┌─ Data for this task

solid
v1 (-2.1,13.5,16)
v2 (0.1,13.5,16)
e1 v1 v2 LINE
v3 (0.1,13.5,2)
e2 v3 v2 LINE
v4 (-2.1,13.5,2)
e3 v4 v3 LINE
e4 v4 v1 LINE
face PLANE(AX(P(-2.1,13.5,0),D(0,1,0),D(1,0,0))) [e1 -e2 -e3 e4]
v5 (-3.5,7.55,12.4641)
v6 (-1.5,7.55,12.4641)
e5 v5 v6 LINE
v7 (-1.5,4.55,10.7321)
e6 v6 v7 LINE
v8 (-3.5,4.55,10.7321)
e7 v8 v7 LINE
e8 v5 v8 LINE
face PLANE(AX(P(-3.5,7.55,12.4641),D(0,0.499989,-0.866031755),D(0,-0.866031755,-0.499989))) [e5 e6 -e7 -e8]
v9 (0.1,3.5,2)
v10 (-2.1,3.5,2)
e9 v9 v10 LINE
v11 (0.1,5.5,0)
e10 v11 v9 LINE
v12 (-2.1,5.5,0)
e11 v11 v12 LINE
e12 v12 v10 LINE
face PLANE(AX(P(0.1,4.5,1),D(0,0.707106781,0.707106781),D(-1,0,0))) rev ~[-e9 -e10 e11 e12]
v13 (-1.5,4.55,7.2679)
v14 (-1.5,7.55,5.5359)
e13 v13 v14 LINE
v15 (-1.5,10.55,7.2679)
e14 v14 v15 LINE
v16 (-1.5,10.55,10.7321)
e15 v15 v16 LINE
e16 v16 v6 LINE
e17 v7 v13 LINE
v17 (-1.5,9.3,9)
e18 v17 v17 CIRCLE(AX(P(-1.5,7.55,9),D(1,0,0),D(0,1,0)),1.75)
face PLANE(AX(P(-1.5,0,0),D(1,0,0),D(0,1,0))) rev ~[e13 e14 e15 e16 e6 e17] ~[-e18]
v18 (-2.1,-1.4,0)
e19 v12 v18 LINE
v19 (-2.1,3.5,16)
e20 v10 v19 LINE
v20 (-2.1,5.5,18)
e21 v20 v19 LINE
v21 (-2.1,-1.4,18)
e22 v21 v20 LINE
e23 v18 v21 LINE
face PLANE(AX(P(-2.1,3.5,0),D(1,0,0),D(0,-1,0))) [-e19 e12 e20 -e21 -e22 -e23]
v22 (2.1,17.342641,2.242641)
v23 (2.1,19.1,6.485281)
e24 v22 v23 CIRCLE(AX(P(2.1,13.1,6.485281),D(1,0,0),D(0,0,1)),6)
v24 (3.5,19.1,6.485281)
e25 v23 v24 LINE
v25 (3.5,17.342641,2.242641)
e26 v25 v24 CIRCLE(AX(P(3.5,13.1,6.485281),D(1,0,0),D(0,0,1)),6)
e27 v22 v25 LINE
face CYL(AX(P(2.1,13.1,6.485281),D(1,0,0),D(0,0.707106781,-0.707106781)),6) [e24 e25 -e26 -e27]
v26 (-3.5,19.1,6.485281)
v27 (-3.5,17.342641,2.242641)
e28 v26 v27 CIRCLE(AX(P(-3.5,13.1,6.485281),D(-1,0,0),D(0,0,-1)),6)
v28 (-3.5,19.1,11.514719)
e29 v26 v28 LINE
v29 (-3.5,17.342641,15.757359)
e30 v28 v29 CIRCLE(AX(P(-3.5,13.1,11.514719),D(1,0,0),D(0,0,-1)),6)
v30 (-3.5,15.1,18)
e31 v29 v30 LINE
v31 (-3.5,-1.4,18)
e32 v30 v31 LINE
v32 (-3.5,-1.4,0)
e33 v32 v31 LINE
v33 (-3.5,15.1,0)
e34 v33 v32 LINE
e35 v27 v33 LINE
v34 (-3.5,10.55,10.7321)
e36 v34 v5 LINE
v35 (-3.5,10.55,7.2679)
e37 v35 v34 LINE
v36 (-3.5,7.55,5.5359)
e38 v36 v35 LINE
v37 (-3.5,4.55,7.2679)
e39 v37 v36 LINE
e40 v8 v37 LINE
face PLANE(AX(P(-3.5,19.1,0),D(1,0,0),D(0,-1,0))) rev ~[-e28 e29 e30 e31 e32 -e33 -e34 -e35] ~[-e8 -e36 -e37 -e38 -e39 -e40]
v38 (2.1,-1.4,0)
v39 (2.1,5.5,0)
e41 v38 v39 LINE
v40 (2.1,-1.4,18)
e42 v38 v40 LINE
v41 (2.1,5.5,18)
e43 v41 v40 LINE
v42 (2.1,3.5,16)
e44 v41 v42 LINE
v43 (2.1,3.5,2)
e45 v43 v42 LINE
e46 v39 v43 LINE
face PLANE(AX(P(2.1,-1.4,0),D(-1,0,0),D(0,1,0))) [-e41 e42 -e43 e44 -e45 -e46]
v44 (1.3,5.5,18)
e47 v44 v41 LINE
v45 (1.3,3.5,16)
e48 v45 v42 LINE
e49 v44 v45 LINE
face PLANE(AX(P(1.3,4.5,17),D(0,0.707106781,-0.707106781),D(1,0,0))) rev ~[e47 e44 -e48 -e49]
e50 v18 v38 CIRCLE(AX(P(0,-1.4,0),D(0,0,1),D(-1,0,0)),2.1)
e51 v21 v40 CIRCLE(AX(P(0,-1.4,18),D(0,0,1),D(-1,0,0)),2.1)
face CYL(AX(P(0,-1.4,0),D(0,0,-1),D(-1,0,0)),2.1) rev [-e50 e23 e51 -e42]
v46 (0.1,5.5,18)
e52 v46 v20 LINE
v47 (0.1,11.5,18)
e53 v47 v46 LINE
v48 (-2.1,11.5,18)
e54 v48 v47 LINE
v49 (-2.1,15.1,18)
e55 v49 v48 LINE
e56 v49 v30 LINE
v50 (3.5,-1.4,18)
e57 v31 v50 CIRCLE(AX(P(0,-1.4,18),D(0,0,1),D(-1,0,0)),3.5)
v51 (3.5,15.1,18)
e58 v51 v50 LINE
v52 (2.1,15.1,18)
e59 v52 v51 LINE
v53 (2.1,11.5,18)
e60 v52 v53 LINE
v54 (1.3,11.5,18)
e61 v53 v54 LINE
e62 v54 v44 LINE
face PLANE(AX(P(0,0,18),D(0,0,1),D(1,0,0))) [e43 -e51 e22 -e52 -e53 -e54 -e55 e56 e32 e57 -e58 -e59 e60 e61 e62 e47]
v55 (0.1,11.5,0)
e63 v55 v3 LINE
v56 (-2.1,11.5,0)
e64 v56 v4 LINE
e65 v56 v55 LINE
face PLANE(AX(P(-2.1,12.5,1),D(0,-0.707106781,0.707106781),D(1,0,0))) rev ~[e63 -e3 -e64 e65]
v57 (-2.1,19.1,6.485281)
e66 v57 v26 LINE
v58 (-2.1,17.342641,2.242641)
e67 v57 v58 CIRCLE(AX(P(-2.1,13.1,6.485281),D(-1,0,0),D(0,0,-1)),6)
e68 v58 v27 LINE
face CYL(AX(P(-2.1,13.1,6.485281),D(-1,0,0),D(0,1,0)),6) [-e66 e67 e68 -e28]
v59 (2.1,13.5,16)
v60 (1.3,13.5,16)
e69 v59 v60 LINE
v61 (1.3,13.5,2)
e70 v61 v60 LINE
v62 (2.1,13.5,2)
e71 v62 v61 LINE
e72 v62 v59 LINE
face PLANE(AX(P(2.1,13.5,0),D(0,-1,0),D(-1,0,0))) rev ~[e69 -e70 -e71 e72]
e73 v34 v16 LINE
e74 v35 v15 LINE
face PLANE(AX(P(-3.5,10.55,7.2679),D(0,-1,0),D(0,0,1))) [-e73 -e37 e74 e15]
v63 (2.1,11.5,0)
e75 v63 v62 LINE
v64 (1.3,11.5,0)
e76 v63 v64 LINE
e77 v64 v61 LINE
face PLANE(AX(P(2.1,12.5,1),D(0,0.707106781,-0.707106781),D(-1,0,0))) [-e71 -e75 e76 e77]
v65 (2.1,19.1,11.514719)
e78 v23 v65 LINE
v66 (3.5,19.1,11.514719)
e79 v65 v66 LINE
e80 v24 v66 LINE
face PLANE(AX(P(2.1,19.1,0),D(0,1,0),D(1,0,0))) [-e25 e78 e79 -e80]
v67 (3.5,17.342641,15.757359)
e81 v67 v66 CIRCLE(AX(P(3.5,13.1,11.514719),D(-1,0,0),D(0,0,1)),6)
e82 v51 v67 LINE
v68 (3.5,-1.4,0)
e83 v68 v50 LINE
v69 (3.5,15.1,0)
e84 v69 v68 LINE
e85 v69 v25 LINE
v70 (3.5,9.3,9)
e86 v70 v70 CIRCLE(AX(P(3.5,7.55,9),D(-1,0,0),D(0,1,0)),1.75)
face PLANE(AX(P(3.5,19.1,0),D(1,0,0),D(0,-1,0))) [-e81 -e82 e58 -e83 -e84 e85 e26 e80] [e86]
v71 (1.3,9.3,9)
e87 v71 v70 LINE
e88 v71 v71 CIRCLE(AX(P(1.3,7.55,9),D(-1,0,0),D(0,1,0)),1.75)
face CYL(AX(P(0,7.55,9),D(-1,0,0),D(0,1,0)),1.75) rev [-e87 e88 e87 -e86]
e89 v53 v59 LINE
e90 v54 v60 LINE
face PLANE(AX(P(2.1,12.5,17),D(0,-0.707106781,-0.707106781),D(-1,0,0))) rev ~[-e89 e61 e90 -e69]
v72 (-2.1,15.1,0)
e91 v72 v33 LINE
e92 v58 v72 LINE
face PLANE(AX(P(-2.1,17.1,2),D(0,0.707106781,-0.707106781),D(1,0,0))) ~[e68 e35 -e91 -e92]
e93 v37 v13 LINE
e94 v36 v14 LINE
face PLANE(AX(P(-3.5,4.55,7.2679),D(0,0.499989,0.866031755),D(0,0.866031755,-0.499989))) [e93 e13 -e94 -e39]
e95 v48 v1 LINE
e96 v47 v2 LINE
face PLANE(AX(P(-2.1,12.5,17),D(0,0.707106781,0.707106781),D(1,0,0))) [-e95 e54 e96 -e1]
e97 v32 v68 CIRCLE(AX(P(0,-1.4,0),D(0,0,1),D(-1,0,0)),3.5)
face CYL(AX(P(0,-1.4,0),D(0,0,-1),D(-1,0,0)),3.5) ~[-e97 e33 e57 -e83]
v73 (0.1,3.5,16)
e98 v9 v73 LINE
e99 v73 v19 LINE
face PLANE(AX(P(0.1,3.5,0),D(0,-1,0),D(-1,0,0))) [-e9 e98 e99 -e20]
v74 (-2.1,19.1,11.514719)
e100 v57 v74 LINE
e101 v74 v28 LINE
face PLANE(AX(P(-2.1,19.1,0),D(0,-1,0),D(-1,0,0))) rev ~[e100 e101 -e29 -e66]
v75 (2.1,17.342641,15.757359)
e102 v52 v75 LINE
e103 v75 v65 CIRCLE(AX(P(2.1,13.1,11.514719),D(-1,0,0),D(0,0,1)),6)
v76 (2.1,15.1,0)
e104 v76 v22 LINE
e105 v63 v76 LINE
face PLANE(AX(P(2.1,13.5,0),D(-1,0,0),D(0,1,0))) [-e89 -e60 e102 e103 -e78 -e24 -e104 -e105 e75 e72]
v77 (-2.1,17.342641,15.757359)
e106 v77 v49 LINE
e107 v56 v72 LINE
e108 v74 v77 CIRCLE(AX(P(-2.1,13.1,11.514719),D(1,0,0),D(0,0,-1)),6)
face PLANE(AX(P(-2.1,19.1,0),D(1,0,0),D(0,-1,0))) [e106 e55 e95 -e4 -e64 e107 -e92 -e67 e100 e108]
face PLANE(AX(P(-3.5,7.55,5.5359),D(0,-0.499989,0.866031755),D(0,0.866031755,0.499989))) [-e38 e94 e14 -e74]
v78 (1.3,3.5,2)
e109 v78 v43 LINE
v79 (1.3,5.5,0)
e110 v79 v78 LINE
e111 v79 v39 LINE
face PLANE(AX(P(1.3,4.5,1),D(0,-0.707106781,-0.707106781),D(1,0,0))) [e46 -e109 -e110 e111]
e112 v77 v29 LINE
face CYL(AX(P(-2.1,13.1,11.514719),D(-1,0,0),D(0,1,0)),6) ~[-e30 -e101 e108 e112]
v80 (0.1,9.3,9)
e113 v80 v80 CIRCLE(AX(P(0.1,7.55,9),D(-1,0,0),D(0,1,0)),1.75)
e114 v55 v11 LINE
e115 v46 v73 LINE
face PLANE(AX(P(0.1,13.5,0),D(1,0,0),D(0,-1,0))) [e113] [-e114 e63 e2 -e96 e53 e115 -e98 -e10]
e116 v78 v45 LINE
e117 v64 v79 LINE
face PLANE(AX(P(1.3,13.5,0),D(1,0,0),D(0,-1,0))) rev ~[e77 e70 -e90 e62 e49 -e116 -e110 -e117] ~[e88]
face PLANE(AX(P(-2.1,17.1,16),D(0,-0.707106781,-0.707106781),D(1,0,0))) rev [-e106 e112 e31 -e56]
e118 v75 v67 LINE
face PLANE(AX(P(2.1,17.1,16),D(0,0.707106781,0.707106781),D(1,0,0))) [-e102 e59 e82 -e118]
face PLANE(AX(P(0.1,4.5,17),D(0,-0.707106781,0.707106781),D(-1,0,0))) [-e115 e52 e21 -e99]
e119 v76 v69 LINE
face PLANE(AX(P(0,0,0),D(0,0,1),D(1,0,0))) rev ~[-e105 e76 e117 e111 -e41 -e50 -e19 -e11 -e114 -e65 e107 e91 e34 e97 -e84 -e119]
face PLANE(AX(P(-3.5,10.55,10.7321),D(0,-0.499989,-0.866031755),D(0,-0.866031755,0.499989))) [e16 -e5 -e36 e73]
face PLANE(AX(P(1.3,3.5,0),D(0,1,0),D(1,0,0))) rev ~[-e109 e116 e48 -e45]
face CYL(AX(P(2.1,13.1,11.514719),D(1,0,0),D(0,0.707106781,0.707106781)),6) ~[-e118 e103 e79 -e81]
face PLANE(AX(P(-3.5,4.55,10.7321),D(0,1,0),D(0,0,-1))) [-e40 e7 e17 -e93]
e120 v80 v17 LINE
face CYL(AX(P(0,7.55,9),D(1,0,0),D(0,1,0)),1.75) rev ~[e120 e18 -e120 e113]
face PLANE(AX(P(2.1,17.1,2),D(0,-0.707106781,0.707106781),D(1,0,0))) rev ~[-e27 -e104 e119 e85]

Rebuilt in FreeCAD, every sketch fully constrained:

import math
import FreeCAD as App
import Part
import Sketcher

V = App.Vector
Q = App.Units.Quantity


def edges_at(feature, points):
    """Names of the edges that pass closest to the given points."""
    edges = feature.Shape.Edges
    near = lambda p: min(range(len(edges)), key=lambda i: edges[i].distToShape(Part.Vertex(*p))[0])
    return sorted({f"Edge{near(p) + 1}" for p in points})


def add_polygon(sketch, points):
    """Adds a closed chain of lines whose ends are joined by coincident constraints."""
    first, n = sketch.GeometryCount, len(points)
    for a, b in zip(points, points[1:] + points[:1]):
        sketch.addGeometry(Part.LineSegment(App.Vector(*a, 0), App.Vector(*b, 0)), False)
    for i in range(n):
        sketch.addConstraint(Sketcher.Constraint("Coincident", first + i, 2, first + (i + 1) % n, 1))

doc = App.newDocument("Part")
body = doc.addObject("PartDesign::Body", "Body")

# Sketch on XY plane
sketch1 = doc.addObject("Sketcher::SketchObject", "Sketch")
body.addObject(sketch1)
sketch1.AttachmentSupport = (doc.XY_Plane, [""])
sketch1.MapMode = "FlatFace"
sketch1.addGeometry([
    Part.LineSegment(V(-2.1, 13.5, 0), V(-2.1, 19.1, 0)),  # 0
    Part.LineSegment(V(-2.1, 19.1, 0), V(-3.5, 19.1, 0)),  # 1
    Part.LineSegment(V(-3.5, 19.1, 0), V(-3.5, -1.4, 0)),  # 2
    Part.ArcOfCircle(Part.Circle(V(0, -1.4, 0), V(0, 0, 1), 3.5), math.radians(180), math.radians(360)),  # 3
    Part.LineSegment(V(3.5, -1.4, 0), V(3.5, 19.1, 0)),  # 4
    Part.LineSegment(V(3.5, 19.1, 0), V(2.1, 19.1, 0)),  # 5
    Part.LineSegment(V(2.1, 19.1, 0), V(2.1, 13.5, 0)),  # 6
    Part.LineSegment(V(2.1, 13.5, 0), V(1.3, 13.5, 0)),  # 7
    Part.LineSegment(V(1.3, 13.5, 0), V(1.3, 3.5, 0)),  # 8
    Part.LineSegment(V(1.3, 3.5, 0), V(2.1, 3.5, 0)),  # 9
    Part.LineSegment(V(2.1, 3.5, 0), V(2.1, -1.4, 0)),  # 10
    Part.ArcOfCircle(Part.Circle(V(0, -1.4, 0), V(0, 0, 1), 2.1), math.radians(180), math.radians(360)),  # 11
    Part.LineSegment(V(-2.1, -1.4, 0), V(-2.1, 3.5, 0)),  # 12
    Part.LineSegment(V(-2.1, 3.5, 0), V(0.1, 3.5, 0)),  # 13
    Part.LineSegment(V(0.1, 3.5, 0), V(0.1, 13.5, 0)),  # 14
    Part.LineSegment(V(0.1, 13.5, 0), V(-2.1, 13.5, 0)),  # 15
], False)
sketch1.addConstraint([
    Sketcher.Constraint("Coincident", 0, 2, 1, 1),
    Sketcher.Constraint("Coincident", 1, 2, 2, 1),
    Sketcher.Constraint("Tangent", 2, 2, 3, 1),
    Sketcher.Constraint("Tangent", 3, 2, 4, 1),
    Sketcher.Constraint("Coincident", 4, 2, 5, 1),
    Sketcher.Constraint("Coincident", 5, 2, 6, 1),
    Sketcher.Constraint("Coincident", 6, 2, 7, 1),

└─

--- Your objective ---
In the entries above, find the line with "face PLANE(AX(P(-3.5,19.1,0),D(1,0,0),D(0,-1,0))) rev" and the line with "e49 v44 v45 LINE", then restate word for word both of them and every line between, with nothing more.

--- Result below ---
face PLANE(AX(P(-3.5,19.1,0),D(1,0,0),D(0,-1,0))) rev ~[-e28 e29 e30 e31 e32 -e33 -e34 -e35] ~[-e8 -e36 -e37 -e38 -e39 -e40]
v38 (2.1,-1.4,0)
v39 (2.1,5.5,0)
e41 v38 v39 LINE
v40 (2.1,-1.4,18)
e42 v38 v40 LINE
v41 (2.1,5.5,18)
e43 v41 v40 LINE
v42 (2.1,3.5,16)
e44 v41 v42 LINE
v43 (2.1,3.5,2)
e45 v43 v42 LINE
e46 v39 v43 LINE
face PLANE(AX(P(2.1,-1.4,0),D(-1,0,0),D(0,1,0))) [-e41 e42 -e43 e44 -e45 -e46]
v44 (1.3,5.5,18)
e47 v44 v41 LINE
v45 (1.3,3.5,16)
e48 v45 v42 LINE
e49 v44 v45 LINE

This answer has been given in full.